Our results identified TSAT lower than 10% to be the optimal cutoff associated with increased risk of detrimental outcomes in the CKD population. In our population of early stage CKD patients, i.e. CKD stadia one to three, the importance of adequate iron status is evident, in view of the increased hazard ratios for development of adverse outcomes. When carefully assessing the hazard ratios for all-cause mortality, cardiovascular mortality, and risk of anemia, it is clear that the highest risk is observed for TSAT< 10%, however, also for TSAT< 15% a significant increased risk in adverse outcomes is observed. It should be noted that the cardiovascular mortality risk associated with ID is markedly higher (nearly double) than the risk for all-cause mortality.

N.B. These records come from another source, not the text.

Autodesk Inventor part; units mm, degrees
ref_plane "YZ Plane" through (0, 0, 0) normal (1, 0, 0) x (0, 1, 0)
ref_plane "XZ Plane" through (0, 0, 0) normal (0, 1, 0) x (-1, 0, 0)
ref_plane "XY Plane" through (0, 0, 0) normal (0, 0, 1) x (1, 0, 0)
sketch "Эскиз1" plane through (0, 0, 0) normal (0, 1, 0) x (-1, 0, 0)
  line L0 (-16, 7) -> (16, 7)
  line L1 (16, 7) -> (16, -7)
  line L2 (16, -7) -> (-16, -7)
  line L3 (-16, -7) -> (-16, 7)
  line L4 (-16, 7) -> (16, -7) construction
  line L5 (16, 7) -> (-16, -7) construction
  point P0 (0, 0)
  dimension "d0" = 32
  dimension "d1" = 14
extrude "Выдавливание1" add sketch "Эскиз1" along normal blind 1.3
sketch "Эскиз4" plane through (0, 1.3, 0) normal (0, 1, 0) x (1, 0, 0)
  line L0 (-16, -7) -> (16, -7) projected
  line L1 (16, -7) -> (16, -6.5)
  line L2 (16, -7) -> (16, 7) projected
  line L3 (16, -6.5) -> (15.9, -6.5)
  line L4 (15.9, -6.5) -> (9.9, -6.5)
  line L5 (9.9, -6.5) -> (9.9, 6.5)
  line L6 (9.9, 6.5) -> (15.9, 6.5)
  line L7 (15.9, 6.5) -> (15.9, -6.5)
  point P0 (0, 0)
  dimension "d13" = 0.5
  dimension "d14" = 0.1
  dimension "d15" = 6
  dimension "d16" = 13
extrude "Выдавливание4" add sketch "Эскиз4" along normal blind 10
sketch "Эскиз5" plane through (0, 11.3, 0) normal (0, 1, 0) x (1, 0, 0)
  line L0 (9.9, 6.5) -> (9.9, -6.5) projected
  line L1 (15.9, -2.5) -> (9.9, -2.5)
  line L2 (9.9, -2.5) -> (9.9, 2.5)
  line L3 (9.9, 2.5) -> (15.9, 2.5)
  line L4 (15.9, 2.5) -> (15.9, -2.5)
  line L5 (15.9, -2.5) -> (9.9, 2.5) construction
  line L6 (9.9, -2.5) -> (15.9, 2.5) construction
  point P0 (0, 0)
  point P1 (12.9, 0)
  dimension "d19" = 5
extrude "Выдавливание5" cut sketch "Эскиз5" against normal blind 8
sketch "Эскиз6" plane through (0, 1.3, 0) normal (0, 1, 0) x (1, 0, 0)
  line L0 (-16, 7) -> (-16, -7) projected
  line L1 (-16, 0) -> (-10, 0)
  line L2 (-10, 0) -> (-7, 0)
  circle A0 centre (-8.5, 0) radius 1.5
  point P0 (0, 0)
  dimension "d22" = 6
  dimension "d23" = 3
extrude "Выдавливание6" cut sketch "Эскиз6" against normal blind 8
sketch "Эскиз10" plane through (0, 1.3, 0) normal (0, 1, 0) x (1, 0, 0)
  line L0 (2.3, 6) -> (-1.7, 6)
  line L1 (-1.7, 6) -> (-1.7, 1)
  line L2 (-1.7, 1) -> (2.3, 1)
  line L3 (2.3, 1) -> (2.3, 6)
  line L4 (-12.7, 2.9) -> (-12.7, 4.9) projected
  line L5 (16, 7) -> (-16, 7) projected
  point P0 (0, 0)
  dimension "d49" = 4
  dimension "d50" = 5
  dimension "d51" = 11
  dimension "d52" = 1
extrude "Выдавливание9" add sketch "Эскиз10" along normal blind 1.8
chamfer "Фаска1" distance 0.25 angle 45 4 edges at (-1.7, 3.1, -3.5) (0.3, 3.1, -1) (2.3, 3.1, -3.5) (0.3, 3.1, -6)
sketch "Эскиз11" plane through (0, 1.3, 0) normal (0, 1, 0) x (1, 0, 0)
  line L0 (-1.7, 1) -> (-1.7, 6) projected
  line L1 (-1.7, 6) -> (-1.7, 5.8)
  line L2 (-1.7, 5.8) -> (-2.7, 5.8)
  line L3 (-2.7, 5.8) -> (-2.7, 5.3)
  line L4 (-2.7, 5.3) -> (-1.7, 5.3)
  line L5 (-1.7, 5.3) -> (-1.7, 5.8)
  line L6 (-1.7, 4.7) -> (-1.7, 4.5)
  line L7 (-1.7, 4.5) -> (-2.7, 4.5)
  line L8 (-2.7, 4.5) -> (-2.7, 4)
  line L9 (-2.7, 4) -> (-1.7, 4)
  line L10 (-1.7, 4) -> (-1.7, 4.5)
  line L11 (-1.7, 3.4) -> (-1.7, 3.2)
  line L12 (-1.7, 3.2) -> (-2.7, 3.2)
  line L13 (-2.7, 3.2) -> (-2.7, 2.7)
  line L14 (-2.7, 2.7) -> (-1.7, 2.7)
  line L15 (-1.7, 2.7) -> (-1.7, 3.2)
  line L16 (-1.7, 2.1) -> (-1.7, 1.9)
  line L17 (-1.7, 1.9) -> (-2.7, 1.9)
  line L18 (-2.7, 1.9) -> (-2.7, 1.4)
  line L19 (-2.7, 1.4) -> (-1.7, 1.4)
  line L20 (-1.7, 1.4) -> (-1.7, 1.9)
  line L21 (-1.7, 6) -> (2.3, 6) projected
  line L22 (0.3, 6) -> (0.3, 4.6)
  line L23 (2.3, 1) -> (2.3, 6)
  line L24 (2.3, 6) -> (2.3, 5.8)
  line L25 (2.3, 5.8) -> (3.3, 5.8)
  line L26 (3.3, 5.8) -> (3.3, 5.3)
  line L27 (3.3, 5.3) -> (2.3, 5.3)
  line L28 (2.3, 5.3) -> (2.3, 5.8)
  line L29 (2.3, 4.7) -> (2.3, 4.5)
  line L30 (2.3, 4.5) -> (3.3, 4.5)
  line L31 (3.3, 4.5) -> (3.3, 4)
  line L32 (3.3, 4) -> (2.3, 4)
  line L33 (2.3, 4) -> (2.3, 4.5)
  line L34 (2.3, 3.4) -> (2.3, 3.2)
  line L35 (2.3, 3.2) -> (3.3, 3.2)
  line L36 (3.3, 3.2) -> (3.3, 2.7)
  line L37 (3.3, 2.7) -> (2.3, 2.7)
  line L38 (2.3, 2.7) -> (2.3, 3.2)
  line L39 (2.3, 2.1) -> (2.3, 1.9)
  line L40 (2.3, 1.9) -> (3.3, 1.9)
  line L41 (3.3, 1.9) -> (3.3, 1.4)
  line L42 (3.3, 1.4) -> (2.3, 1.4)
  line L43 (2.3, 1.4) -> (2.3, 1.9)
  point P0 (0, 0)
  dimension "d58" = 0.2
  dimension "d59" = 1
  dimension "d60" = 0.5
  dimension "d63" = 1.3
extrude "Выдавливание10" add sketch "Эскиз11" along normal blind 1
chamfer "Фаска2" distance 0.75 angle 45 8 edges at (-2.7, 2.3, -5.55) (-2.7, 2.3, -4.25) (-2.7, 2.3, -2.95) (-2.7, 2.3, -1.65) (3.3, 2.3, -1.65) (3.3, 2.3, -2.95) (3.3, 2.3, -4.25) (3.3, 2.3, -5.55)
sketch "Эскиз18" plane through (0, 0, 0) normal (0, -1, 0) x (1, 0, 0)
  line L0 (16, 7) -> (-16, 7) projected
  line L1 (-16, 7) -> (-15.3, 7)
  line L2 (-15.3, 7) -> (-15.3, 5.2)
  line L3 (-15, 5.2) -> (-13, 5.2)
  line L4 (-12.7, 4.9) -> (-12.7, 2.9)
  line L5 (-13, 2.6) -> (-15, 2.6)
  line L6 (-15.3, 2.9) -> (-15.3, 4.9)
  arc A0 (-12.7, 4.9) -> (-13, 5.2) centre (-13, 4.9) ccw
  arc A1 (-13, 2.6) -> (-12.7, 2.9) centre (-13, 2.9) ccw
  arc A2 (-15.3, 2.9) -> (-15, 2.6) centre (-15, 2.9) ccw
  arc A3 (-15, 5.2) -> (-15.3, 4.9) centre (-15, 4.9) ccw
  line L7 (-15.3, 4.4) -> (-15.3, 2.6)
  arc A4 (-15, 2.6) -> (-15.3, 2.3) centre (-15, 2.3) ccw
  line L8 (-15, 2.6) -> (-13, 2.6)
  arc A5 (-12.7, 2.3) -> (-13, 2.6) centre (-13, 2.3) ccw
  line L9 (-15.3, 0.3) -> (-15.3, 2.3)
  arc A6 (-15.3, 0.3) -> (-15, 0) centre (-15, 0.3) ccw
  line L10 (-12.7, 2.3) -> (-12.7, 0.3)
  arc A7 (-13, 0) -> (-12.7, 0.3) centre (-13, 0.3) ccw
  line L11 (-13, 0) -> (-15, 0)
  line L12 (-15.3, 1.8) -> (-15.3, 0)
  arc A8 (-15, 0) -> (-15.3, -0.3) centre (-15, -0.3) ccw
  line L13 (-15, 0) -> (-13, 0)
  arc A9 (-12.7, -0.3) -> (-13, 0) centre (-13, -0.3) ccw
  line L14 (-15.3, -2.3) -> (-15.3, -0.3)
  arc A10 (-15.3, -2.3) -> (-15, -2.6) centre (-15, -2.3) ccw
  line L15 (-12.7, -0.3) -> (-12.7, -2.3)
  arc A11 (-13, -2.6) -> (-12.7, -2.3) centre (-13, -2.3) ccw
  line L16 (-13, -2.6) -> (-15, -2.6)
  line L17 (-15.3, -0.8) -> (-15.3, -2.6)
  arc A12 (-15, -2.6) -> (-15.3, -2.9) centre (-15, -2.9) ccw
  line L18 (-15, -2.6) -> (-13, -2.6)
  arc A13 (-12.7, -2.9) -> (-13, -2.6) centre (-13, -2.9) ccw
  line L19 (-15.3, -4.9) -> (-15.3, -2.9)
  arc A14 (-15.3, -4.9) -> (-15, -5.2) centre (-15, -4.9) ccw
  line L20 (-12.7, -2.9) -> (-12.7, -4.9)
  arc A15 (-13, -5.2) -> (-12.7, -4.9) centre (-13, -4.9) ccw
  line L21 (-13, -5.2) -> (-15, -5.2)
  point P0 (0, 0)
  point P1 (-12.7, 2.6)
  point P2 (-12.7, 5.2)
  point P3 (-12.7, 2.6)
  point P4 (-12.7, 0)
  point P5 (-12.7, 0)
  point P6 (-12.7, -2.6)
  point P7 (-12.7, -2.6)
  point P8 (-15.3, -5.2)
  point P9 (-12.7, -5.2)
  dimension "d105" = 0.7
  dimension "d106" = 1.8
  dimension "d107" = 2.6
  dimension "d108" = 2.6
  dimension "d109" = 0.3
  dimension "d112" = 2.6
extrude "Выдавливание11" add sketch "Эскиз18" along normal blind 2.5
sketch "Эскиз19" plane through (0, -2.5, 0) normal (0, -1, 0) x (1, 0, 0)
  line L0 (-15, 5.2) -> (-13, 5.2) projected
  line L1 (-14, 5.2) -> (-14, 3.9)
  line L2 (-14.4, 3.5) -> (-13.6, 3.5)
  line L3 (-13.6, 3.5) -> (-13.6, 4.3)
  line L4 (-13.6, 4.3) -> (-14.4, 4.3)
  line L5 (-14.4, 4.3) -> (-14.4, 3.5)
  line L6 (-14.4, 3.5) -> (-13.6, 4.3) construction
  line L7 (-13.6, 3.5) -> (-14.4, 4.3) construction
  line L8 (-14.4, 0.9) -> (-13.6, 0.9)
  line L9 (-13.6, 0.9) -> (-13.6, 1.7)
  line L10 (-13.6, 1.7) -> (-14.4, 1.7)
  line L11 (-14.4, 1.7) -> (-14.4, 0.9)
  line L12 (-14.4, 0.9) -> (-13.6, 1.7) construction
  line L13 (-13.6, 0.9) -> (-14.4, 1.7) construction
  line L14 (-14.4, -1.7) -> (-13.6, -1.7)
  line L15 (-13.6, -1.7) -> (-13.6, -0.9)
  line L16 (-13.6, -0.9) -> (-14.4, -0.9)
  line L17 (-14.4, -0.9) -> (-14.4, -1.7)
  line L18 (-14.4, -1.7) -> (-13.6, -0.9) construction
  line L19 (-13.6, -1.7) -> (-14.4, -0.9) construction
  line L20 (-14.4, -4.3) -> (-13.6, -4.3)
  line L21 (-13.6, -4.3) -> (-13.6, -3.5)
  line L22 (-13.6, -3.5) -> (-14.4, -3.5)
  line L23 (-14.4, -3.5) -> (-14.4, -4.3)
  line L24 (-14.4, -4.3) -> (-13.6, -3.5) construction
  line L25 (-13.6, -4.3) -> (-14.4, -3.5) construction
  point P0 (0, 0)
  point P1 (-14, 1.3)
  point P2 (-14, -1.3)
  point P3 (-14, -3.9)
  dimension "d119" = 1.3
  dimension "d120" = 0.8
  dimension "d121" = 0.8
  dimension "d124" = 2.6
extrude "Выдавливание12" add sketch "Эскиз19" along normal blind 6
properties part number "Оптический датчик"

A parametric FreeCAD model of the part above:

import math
import FreeCAD as App
import Part
import Sketcher
from FreeCAD import Vector
Q = App.Units.Quantity


def edges_at(feature, points):
    """Names of the edges that pass closest to the given points."""
    edges = feature.Shape.Edges
    near = lambda p: min(range(len(edges)), key=lambda i: edges[i].distToShape(Part.Vertex(*p))[0])
    return sorted({f"Edge{near(p) + 1}" for p in points})

doc = App.newDocument("Part")
body = doc.addObject("PartDesign::Body", "Body")

sketch1 = doc.addObject("Sketcher::SketchObject", "Sketch")
body.addObject(sketch1)
sketch1.AttachmentSupport = (doc.XZ_Plane, [""])
sketch1.MapMode = "FlatFace"
sketch1.addGeometry([
    Part.LineSegment(Vector(-16, 7, 0), Vector(16, 7, 0)),
    Part.LineSegment(Vector(16, 7, 0), Vector(16, -7, 0)),
    Part.LineSegment(Vector(16, -7, 0), Vector(-16, -7, 0)),
    Part.LineSegment(Vector(-16, -7, 0), Vector(-16, 7, 0)),
], False)
sketch1.addConstraint([
    Sketcher.Constraint("Coincident", 0, 2, 1, 1),
    Sketcher.Constraint("Coincident", 1, 2, 2, 1),
    Sketcher.Constraint("Coincident", 2, 2, 3, 1),
    Sketcher.Constraint("Coincident", 3, 2, 0, 1),
    Sketcher.Constraint("Horizontal", 0),
    Sketcher.Constraint("Vertical", 1),
    Sketcher.Constraint("Horizontal", 2),
    Sketcher.Constraint("Vertical", 3),
    Sketcher.Constraint("Symmetric", 0, 2, 2, 2, -1, 1),
    Sketcher.Constraint("DistanceX", 0, 1, 0, 2, Q("32 mm")),
    Sketcher.Constraint("DistanceY", 1, 2, 1, 1, Q("14 mm")),
])
pad1 = doc.addObject("PartDesign::Pad", "Pad")
body.addObject(pad1)
pad1.Profile = sketch1
pad1.Length = 1.3
pad1.Reversed = True

sketch2 = doc.addObject("Sketcher::SketchObject", "Sketch001")
body.addObject(sketch2)
sketch2.AttachmentSupport = (doc.XZ_Plane, [""])
sketch2.MapMode = "FlatFace"
sketch2.AttachmentOffset = App.Placement(Vector(0, 0, -1.3), App.Rotation())
sketch2.addGeometry([
    Part.LineSegment(Vector(10, 6, 0), Vector(16, 6, 0)),
    Part.LineSegment(Vector(16, 6, 0), Vector(16, -6, 0)),
    Part.LineSegment(Vector(16, -6, 0), Vector(10, -6, 0)),
    Part.LineSegment(Vector(10, -6, 0), Vector(10, 6, 0)),
], False)
sketch2.addConstraint([
    Sketcher.Constraint("Coincident", 0, 2, 1, 1),
    Sketcher.Constraint("Coincident", 1, 2, 2, 1),
    Sketcher.Constraint("Coincident", 2, 2, 3, 1),
    Sketcher.Constraint("Coincident", 3, 2, 0, 1),
    Sketcher.Constraint("Horizontal", 0),
    Sketcher.Constraint("Vertical", 1),
    Sketcher.Constraint("Horizontal", 2),
    Sketcher.Constraint("Vertical", 3),
    Sketcher.Constraint("DistanceX", 0, 1, 0, 2, Q("6 mm")),
    Sketcher.Constraint("DistanceY", 1, 2, 1, 1, Q("13 mm")),
    Sketcher.Constraint("DistanceX", -1, 1, 0, 2, Q("15.9 mm")),
    Sketcher.Constraint("DistanceY", -1, 1, 0, 2, Q("6.5 mm")),
])
pad2 = doc.addObject("PartDesign::Pad", "Pad001")
body.addObject(pad2)
pad2.Profile = sketch2
pad2.Length = 10
pad2.Reversed = True

sketch3 = doc.addObject("Sketcher::SketchObject", "Sketch002")
body.addObject(sketch3)
sketch3.AttachmentSupport = (doc.XZ_Plane, [""])
sketch3.MapMode = "FlatFace"
sketch3.AttachmentOffset = App.Placement(Vector(0, 0, -11.3), App.Rotation())
sketch3.addGeometry([
    Part.LineSegment(Vector(16, -2, 0), Vector(10, -2, 0)),
    Part.LineSegment(Vector(10, -2, 0), Vector(10, 2, 0)),
    Part.LineSegment(Vector(10, 2, 0), Vector(16, 2, 0)),
    Part.LineSegment(Vector(16, 2, 0), Vector(16, -2, 0)),
], False)
sketch3.addConstraint([
    Sketcher.Constraint("Coincident", 0, 2, 1, 1),
    Sketcher.Constraint("Coincident", 1, 2, 2, 1),
    Sketcher.Constraint("Coincident", 2, 2, 3, 1),
    Sketcher.Constraint("Coincident", 3, 2, 0, 1),
    Sketcher.Constraint("Horizontal", 0),
    Sketcher.Constraint("Vertical", 1),
    Sketcher.Constraint("Horizontal", 2),
    Sketcher.Constraint("Vertical", 3),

For a cutoff value of TSAT < 20 and < 30% the observed hazard ratios for all-cause mortality and cardiovascular mortality are less impressive, whereas the risk for anemia decreases steadily with increasing cutoff levels. Conditional definitions as those used previously in the FAIR-HF and FIND-CKD did not improve the association with increased risk. This suggests that in CKD patients the main focus should be on low TSAT, especially TSAT lower than 10%. Based on these results, it may be speculated that failure to correct these low TSAT levels might jeopardize the survival of CKD patients.
Currently, ferritin and TSAT are the most commonly used markers in clinical setting to evaluate iron stores and iron availability. However, there are important drawbacks on the use of ferritin and TSAT as iron status parameters. Serum ferritin is an acute-phase reactant and therefore in chronic disease populations serum ferritin levels will be elevated [
26,
27]. TSAT also has acute-phase reactivity as transferrin is elevated in the setting of acute inflammation which will lower TSAT when circulating iron remains constant [
28]. However, other markers, such as soluble transferrin receptor, percentage hypochromic red blood cells, and reticulocyte hemoglobin content, are not readily available in clinical practice, less well studied, or not used for other reasons.
Our study has strengths and limitations. Strengths are that it comprises a large cohort of CKD patients with availability of data on iron status and that it is the first study to assess all combinations of cutoffs with respect to “hard” clinical endpoints. Limitations of the current study include its observational design, that it comprises a single center study and that measurement of iron parameters were performed at a single time point, which precludes our ability to discern the impact of changes in iron parameters over time on clinical outcomes. Furthermore, the current study is only valid for early CKD, and precludes us to discern whether similar results apply for more advanced CKD stages. Another limitation might be that we did not adjust for several potential confounders in the different associations between ID and outcomes, however, the primary aim of this study is to study the prospective associations of ID with adverse outcomes using several cutoffs for ferritin and TSAT, not to investigate the mechanisms involved.